[Task goal] Would you count the lines below that contain the string "DIRECTION" and reply with that number only?

Stored data:
════════════════
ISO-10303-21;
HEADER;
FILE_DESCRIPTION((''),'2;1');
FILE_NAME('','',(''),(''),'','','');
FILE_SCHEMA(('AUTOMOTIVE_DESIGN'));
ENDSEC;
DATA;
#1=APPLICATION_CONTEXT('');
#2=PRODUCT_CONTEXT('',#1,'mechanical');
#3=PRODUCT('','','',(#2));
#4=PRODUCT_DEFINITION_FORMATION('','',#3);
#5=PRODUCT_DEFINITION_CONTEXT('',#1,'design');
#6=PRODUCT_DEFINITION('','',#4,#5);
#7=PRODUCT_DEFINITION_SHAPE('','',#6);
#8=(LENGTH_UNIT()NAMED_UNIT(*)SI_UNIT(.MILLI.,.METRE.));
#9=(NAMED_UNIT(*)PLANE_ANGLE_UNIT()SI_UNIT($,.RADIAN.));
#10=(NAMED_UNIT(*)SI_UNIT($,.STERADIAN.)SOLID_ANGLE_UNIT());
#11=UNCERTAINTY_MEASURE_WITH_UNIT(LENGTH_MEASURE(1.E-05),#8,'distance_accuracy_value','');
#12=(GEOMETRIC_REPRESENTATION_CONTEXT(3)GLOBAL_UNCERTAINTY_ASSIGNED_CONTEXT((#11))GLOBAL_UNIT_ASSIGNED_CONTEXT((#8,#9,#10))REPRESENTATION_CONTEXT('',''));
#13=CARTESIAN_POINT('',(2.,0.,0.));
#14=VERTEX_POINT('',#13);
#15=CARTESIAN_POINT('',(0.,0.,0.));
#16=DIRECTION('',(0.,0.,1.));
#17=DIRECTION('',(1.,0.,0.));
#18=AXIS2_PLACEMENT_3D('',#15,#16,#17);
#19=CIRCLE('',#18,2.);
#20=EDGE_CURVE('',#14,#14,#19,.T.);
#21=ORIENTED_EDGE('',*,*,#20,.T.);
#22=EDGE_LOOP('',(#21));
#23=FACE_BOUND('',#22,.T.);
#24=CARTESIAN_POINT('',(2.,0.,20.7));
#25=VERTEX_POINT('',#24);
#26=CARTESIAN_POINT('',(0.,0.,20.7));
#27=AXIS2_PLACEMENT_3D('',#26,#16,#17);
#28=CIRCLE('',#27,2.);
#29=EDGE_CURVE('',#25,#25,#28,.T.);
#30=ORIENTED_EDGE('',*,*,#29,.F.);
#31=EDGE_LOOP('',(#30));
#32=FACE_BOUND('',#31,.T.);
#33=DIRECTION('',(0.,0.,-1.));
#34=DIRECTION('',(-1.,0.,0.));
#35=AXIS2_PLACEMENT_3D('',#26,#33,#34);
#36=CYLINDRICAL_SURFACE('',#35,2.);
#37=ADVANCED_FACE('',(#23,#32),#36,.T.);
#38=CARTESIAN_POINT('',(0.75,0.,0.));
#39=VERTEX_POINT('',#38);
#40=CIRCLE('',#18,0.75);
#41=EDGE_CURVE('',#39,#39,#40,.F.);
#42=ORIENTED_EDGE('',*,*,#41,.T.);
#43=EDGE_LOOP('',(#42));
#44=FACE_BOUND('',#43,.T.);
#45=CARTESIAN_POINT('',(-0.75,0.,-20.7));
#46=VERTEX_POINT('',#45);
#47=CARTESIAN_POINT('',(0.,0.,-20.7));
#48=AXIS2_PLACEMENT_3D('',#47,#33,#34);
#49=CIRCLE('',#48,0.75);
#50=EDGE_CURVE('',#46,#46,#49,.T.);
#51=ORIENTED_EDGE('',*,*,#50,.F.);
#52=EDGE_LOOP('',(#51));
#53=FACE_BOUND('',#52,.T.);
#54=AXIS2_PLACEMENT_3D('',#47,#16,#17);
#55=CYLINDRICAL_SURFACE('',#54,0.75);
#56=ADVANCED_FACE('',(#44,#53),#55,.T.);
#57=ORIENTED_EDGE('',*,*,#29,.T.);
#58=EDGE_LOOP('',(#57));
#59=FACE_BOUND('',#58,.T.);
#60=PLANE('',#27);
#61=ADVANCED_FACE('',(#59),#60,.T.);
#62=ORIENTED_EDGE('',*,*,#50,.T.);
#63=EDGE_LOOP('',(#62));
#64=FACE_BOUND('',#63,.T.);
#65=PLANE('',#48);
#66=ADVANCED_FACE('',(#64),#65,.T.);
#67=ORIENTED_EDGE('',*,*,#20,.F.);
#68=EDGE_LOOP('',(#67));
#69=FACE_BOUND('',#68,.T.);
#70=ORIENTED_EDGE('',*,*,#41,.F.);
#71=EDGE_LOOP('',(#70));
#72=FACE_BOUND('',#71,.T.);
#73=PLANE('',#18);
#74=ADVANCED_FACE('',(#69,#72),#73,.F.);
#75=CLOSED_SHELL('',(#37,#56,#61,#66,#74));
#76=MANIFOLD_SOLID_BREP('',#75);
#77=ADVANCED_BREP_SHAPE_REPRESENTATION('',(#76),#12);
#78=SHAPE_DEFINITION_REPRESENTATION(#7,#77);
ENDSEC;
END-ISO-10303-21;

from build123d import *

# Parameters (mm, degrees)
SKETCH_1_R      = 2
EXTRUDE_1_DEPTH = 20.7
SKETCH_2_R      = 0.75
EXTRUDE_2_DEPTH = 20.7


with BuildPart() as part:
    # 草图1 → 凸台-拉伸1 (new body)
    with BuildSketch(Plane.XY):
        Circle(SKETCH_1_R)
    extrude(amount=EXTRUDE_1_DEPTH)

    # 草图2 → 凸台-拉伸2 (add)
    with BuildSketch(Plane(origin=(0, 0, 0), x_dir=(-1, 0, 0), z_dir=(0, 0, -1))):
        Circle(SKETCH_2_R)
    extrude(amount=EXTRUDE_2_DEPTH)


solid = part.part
════════════════
[Solution to the exercise] 4